(Stored items)
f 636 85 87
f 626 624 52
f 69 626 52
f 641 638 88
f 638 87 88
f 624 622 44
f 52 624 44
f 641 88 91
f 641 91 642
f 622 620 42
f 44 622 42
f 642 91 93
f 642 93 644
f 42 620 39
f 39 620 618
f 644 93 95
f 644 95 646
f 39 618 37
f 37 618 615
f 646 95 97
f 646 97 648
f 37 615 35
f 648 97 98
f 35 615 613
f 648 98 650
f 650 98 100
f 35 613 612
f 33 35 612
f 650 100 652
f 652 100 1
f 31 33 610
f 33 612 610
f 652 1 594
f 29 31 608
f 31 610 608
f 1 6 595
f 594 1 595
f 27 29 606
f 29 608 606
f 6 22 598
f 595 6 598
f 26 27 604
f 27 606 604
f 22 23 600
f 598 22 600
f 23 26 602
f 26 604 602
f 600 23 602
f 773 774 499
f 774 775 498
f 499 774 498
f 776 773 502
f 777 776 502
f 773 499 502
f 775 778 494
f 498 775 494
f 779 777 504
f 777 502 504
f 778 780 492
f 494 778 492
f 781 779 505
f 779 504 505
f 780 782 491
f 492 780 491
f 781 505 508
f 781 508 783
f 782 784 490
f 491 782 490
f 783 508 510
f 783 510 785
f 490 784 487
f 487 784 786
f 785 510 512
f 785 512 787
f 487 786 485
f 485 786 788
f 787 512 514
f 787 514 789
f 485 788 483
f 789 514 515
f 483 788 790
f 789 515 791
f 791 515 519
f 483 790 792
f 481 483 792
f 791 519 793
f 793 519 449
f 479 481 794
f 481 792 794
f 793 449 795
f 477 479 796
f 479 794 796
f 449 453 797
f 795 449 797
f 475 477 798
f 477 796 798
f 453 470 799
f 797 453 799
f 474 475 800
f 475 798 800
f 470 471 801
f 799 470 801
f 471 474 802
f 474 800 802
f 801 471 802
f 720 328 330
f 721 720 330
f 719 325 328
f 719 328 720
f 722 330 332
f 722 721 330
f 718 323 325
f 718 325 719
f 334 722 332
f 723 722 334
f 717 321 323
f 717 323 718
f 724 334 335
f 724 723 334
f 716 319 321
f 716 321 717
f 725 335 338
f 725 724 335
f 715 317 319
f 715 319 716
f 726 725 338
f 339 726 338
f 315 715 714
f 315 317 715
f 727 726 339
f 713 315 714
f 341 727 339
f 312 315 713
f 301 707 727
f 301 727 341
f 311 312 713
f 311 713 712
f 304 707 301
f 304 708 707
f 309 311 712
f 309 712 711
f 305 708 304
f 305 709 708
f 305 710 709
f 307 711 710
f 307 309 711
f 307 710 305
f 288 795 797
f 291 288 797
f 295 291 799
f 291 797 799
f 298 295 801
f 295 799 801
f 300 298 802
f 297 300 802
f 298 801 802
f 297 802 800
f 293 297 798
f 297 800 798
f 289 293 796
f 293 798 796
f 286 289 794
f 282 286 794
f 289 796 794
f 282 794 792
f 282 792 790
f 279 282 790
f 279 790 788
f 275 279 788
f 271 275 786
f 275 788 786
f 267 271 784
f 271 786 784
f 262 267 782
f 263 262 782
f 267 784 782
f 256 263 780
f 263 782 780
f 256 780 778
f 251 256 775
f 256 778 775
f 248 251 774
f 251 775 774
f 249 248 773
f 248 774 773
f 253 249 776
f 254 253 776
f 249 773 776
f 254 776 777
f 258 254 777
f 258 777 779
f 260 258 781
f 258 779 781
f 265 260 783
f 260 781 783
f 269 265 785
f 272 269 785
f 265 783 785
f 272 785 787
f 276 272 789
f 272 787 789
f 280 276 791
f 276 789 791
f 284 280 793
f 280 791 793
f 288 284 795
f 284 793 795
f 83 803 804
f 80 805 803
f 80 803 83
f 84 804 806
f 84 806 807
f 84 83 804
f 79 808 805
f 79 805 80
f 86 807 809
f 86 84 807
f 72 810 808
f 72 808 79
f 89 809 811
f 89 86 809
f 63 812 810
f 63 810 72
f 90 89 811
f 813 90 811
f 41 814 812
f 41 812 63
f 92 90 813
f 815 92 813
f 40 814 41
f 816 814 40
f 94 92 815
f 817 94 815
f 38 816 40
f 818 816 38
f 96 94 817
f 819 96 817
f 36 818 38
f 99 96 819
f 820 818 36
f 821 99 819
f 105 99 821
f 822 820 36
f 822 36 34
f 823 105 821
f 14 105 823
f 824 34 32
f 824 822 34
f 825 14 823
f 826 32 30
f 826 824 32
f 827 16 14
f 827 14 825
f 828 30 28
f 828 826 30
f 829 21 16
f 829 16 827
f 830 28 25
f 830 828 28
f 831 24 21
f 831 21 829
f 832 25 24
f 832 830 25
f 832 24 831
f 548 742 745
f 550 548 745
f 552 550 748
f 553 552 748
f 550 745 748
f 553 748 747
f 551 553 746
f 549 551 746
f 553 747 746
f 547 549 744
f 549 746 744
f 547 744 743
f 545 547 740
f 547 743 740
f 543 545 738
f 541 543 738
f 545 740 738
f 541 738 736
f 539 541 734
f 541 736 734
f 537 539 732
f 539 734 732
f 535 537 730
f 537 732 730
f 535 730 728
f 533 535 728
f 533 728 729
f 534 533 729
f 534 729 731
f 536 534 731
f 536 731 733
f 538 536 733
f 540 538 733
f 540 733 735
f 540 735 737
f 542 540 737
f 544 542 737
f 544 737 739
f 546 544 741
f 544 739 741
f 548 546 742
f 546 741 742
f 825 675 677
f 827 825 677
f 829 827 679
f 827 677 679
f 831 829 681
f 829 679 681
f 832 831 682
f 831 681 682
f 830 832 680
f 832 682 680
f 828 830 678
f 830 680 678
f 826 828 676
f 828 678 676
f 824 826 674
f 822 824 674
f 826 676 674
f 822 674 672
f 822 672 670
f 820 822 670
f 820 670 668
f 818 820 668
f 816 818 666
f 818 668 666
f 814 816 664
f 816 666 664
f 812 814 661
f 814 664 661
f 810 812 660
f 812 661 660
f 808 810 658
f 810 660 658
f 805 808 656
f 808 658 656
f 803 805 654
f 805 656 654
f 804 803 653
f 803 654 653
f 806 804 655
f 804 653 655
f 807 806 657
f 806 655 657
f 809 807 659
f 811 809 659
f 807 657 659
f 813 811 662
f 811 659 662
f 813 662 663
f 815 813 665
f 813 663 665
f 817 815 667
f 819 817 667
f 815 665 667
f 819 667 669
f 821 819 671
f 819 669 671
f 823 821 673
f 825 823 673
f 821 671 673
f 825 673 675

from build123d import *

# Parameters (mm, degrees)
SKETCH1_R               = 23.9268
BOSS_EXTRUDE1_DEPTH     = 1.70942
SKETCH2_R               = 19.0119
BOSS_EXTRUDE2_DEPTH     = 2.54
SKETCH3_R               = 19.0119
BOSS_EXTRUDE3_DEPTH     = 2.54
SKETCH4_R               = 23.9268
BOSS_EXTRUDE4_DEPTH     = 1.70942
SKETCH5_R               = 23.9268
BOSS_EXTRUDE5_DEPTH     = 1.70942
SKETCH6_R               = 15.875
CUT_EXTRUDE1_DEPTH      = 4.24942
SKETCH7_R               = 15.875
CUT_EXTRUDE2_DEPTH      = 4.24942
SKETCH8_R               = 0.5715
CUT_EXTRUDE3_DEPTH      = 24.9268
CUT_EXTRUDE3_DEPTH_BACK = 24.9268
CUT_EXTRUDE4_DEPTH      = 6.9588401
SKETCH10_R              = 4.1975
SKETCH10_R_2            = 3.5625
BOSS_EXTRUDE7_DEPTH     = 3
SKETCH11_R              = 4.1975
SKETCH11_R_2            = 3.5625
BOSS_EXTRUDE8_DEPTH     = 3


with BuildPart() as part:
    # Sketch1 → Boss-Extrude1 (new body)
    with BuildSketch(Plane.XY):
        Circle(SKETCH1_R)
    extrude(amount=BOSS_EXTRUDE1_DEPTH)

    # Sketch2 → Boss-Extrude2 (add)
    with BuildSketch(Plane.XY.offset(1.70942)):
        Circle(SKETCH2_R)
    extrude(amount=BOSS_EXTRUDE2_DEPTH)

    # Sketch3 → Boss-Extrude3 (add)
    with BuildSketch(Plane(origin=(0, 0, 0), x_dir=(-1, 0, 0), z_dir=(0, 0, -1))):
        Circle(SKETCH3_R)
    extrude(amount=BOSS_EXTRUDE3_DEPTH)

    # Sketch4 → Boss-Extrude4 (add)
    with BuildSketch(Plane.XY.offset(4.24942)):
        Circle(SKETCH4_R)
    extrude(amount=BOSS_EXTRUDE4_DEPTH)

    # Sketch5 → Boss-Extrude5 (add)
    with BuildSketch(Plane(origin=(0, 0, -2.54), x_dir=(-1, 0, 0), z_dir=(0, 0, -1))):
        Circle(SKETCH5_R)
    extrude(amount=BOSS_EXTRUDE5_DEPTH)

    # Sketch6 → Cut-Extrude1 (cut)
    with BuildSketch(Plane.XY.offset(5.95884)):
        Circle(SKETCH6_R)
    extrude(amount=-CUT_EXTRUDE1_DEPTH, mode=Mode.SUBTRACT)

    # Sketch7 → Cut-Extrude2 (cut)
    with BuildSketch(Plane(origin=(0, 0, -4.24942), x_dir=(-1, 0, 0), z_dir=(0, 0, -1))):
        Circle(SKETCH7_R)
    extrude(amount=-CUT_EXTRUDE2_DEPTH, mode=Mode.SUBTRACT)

- WORK TASK -
Could you reproduce, exactly, every line above from the line with "f 813 662 663" to the line with "extrude(amount=BOSS_EXTRUDE2_DEPTH)", and no other line? Both ends count.

- WRITTEN SOLUTION -
f 813 662 663
f 815 813 665
f 813 663 665
f 817 815 667
f 819 817 667
f 815 665 667
f 819 667 669
f 821 819 671
f 819 669 671
f 823 821 673
f 825 823 673
f 821 671 673
f 825 673 675

from build123d import *

# Parameters (mm, degrees)
SKETCH1_R               = 23.9268
BOSS_EXTRUDE1_DEPTH     = 1.70942
SKETCH2_R               = 19.0119
BOSS_EXTRUDE2_DEPTH     = 2.54
SKETCH3_R               = 19.0119
BOSS_EXTRUDE3_DEPTH     = 2.54
SKETCH4_R               = 23.9268
BOSS_EXTRUDE4_DEPTH     = 1.70942
SKETCH5_R               = 23.9268
BOSS_EXTRUDE5_DEPTH     = 1.70942
SKETCH6_R               = 15.875
CUT_EXTRUDE1_DEPTH      = 4.24942
SKETCH7_R               = 15.875
CUT_EXTRUDE2_DEPTH      = 4.24942
SKETCH8_R               = 0.5715
CUT_EXTRUDE3_DEPTH      = 24.9268
CUT_EXTRUDE3_DEPTH_BACK = 24.9268
CUT_EXTRUDE4_DEPTH      = 6.9588401
SKETCH10_R              = 4.1975
SKETCH10_R_2            = 3.5625
BOSS_EXTRUDE7_DEPTH     = 3
SKETCH11_R              = 4.1975
SKETCH11_R_2            = 3.5625
BOSS_EXTRUDE8_DEPTH     = 3


with BuildPart() as part:
    # Sketch1 → Boss-Extrude1 (new body)
    with BuildSketch(Plane.XY):
        Circle(SKETCH1_R)
    extrude(amount=BOSS_EXTRUDE1_DEPTH)

    # Sketch2 → Boss-Extrude2 (add)
    with BuildSketch(Plane.XY.offset(1.70942)):
        Circle(SKETCH2_R)
    extrude(amount=BOSS_EXTRUDE2_DEPTH)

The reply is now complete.